夏安遠目送他離開,好一會兒才驚覺自己背后都已經被汗水濕透,渾身泛上來麻意,他問紀馳:“馳哥,”他這會兒說話都在不自覺地打著哆嗦,“……我這就算是過關了?”
紀馳“嗯”了聲,伸手擦了擦夏安遠的眼角。
夏安遠不敢相信:“……這么容易?”
聽到這話,紀馳笑了笑:“怎么,你還想加點難度?”
“那倒不是,”夏安遠見到他笑,自己也笑了,“我本來都做好過五關斬六將的準備了。”
紀馳收回手:“你在追我,又不是追他們,只需要我給你打分就行。”
“那馳哥,給我今天的表現打多少分?”
紀馳手機在這時候響了聲,他拿出來,看到了上面的短信。
——那小子你培養培養,到時候能當咱家公關部發言人。
他眼睛里閃過贊同的笑意,跟著手機又響了一聲,是付向明發來的鏈接。
“打個……9分吧。”紀馳淡淡說。
夏安遠點點頭:“革命尚未成功啊。”
“也不能讓你太容易追到了,”紀馳抬眼看他,“再加油一點。”
“好,我再加油一點。”夏安遠還是笑著,點點頭。
身上被汗粘得不大舒服,見紀馳在手機上跟人聊什么事情,夏安遠打聲招呼去了洗手間。
這家酒店太大,晚上也仍被紀家包場,但大多數人此刻都還在宴會廳里,外面見不到什么人。
到了洗手間,門竟然是被關上的,又有隱隱約約的聲音傳出來,似乎在談論什么韓家和席家,夏安遠止住腳步,知道這不是自己該聽的東西,轉身去了另外的樓層。
這層樓人就更少了,走廊里連服務生也沒有。夏安遠進了洗手間,沒忘記先把晚上這頓藥吞了。剛才他在紀珉面前表現得應該還算是得體,但其實面對身為人上人、不知道對自己什么看法的……未來岳父,夏安遠心理壓力很大,回想起來,也不知道自己究竟是怎么把那番話說出來的,有沒有顛三倒四。
他看著鏡子里的自己,眼睛竟然像哭過,微微泛著紅。他洗了把臉,把臉上黏糊糊的汗漬沖掉,正想要不要點根煙,走廊忽然傳來“咚”一聲,像是人栽倒在地上的響動。
他走出去看,卻什么也沒看到,到處都空空蕩蕩。對危機的第六感讓他察覺到有什么地方不對,轉身立刻就往樓下走,剛走到拐角處,后面突然有股力量勒住了他的脖子將他往回拖。
這種情況夏安遠知道該怎么應對,他反應快極了,曲肘就往后狠**過去,哪知身后人只是悶哼一聲就罷,手上力度絲毫未減。肺部空氣很快供應不上,夏安遠臉憋得通紅,眼前陣陣發黑,試圖掰開他的手,那手卻像鐵鉗一般,勒得夏安遠幾要窒息,模糊中,他又反手想要去戳那人雙眼,那人卻反應更快地避開,空出一只手將他雙手鉗制住,三兩步將他拖到了漆黑的雜物間。
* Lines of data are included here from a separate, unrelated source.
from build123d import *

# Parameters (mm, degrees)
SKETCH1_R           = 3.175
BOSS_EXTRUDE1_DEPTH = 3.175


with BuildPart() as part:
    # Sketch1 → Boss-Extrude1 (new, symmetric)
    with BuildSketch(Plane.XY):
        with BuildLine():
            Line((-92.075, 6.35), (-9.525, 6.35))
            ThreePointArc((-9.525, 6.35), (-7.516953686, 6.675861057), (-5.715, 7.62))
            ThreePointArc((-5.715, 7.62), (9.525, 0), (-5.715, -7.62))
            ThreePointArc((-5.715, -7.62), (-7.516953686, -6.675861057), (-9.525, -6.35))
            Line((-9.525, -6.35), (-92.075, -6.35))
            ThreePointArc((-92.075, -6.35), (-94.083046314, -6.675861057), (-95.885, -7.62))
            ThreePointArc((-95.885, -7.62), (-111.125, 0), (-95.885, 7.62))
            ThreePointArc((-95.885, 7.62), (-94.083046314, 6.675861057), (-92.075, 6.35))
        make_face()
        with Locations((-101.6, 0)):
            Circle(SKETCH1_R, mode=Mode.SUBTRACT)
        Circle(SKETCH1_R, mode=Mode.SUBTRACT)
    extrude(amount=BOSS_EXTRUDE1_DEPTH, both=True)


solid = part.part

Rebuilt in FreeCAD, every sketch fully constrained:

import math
import FreeCAD as App
import Part
import Sketcher
from FreeCAD import Vector
Q = App.Units.Quantity

doc = App.newDocument("Part")
body = doc.addObject("PartDesign::Body", "Body")

sketch1 = doc.addObject("Sketcher::SketchObject", "Sketch")
body.addObject(sketch1)
sketch1.AttachmentSupport = (doc.XY_Plane, [""])
sketch1.MapMode = "FlatFace"
sketch1.addGeometry([
    Part.LineSegment(Vector(-9.5, 6.3, 0), Vector(-92.1, 6.3, 0)),
    Part.ArcOfCircle(Part.Circle(Vector(-92.1, 12.7, 0), Vector(0, 0, 1), 6.3), math.radians(-127), math.radians(-90)),
    Part.ArcOfCircle(Part.Circle(Vector(-101.6, 0, 0), Vector(0, 0, 1), 9.5), math.radians(53), math.radians(307)),
    Part.ArcOfCircle(Part.Circle(Vector(-92.1, -12.7, 0), Vector(0, 0, 1), 6.3), math.radians(90), math.radians(127)),
    Part.LineSegment(Vector(-92.1, -6.3, 0), Vector(-9.5, -6.3, 0)),
    Part.ArcOfCircle(Part.Circle(Vector(-9.5, -12.7, 0), Vector(0, 0, 1), 6.3), math.radians(53), math.radians(90)),
    Part.ArcOfCircle(Part.Circle(Vector(0, 0, 0), Vector(0, 0, 1), 9.5), math.radians(-127), math.radians(127)),
    Part.ArcOfCircle(Part.Circle(Vector(-9.5, 12.7, 0), Vector(0, 0, 1), 6.3), math.radians(-90), math.radians(-53)),
    Part.Circle(Vector(0, 0, 0), Vector(0, 0, 1), 3.2),
    Part.Circle(Vector(-101.6, 0, 0), Vector(0, 0, 1), 3.2),
], False)
sketch1.addConstraint([
    Sketcher.Constraint("Tangent", 0, 2, 1, 2),
    Sketcher.Constraint("Tangent", 1, 1, 2, 1),
    Sketcher.Constraint("Tangent", 2, 2, 3, 2),
    Sketcher.Constraint("Tangent", 3, 1, 4, 1),
    Sketcher.Constraint("Tangent", 4, 2, 5, 2),
    Sketcher.Constraint("Tangent", 5, 1, 6, 1),
    Sketcher.Constraint("Tangent", 6, 2, 7, 2),
    Sketcher.Constraint("Tangent", 7, 1, 0, 1),
    Sketcher.Constraint("Horizontal", 0),
    Sketcher.Constraint("Horizontal", 4),
    Sketcher.Constraint("Coincident", 6, 3, -1, 1),
    Sketcher.Constraint("Coincident", 8, 3, -1, 1),
    Sketcher.Constraint("Coincident", 9, 3, 2, 3),
    Sketcher.Constraint("Equal", 1, 3),
    Sketcher.Constraint("Equal", 3, 5),
    Sketcher.Constraint("Equal", 2, 6),
    Sketcher.Constraint("Equal", 5, 7),
    Sketcher.Constraint("Equal", 8, 9),
    Sketcher.Constraint("Symmetric", 1, 3, 3, 3, -1),
    Sketcher.Constraint("Diameter", 8, Q("0.25 in")),
    Sketcher.Constraint("Radius", 1, Q("0.25 in")),
    Sketcher.Constraint("DistanceX", 2, 3, -1, 1, Q("4 in")),
    Sketcher.Constraint("Radius", 2, Q("0.375 in")),
    Sketcher.Constraint("DistanceY", 3, 3, 1, 3, Q("1 in")),
])
pad1 = doc.addObject("PartDesign::Pad", "Pad")
body.addObject(pad1)
pad1.Profile = sketch1
pad1.Length = Q("0.25 in")
pad1.Midplane = True

doc.recompute()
夏安遠趁他關門的功夫用盡氣力掙扎開,反身一拳狠狠砸到他臉上,終于呼吸暢通,他控制不住地喘著粗氣,“你他媽的……是誰?!”
那人卻不說話,也一拳給夏安遠砸回來,被他手臂擋住。這力度竟然跟石塊砸身上一樣,要么是專業拳手,要么是退伍兵,一般小混混不會有這么好的拳腳。
兩人扭打起來,拳拳到肉,但夏安遠穿這一身活動受限,再會打也畢竟不是專業的,儲物間又實在過于狹小,他倒到一堆雜物上,手肘后一陣刺痛,借著這關頭,他趕緊掏出手機想要打電話,被那人一腳踹開,暗淡的屏幕光下,有什么東西閃過一下。
夏安遠頓時懵了。
那是注射器的針頭反光。
云上飛魚
啊啊啊啊啊啊啊啊啊啊啊啊我好長!!!!!!!!!!!!!!!快夸我!!!!!!!!!!
第118章 “小遠,別怕。”
紀馳往宴會廳角落走,離樂隊遠了些,找了張沙發坐下。
他和付向明其實不經常聊天,上次的聊天記錄還停留在一張他們那個電影第一天開拍時的照片,鏡頭上是一身校服、坐在教室窗邊往外看的夏安遠,明明面無表情,卻讓人感覺他整個人沉重又哀傷。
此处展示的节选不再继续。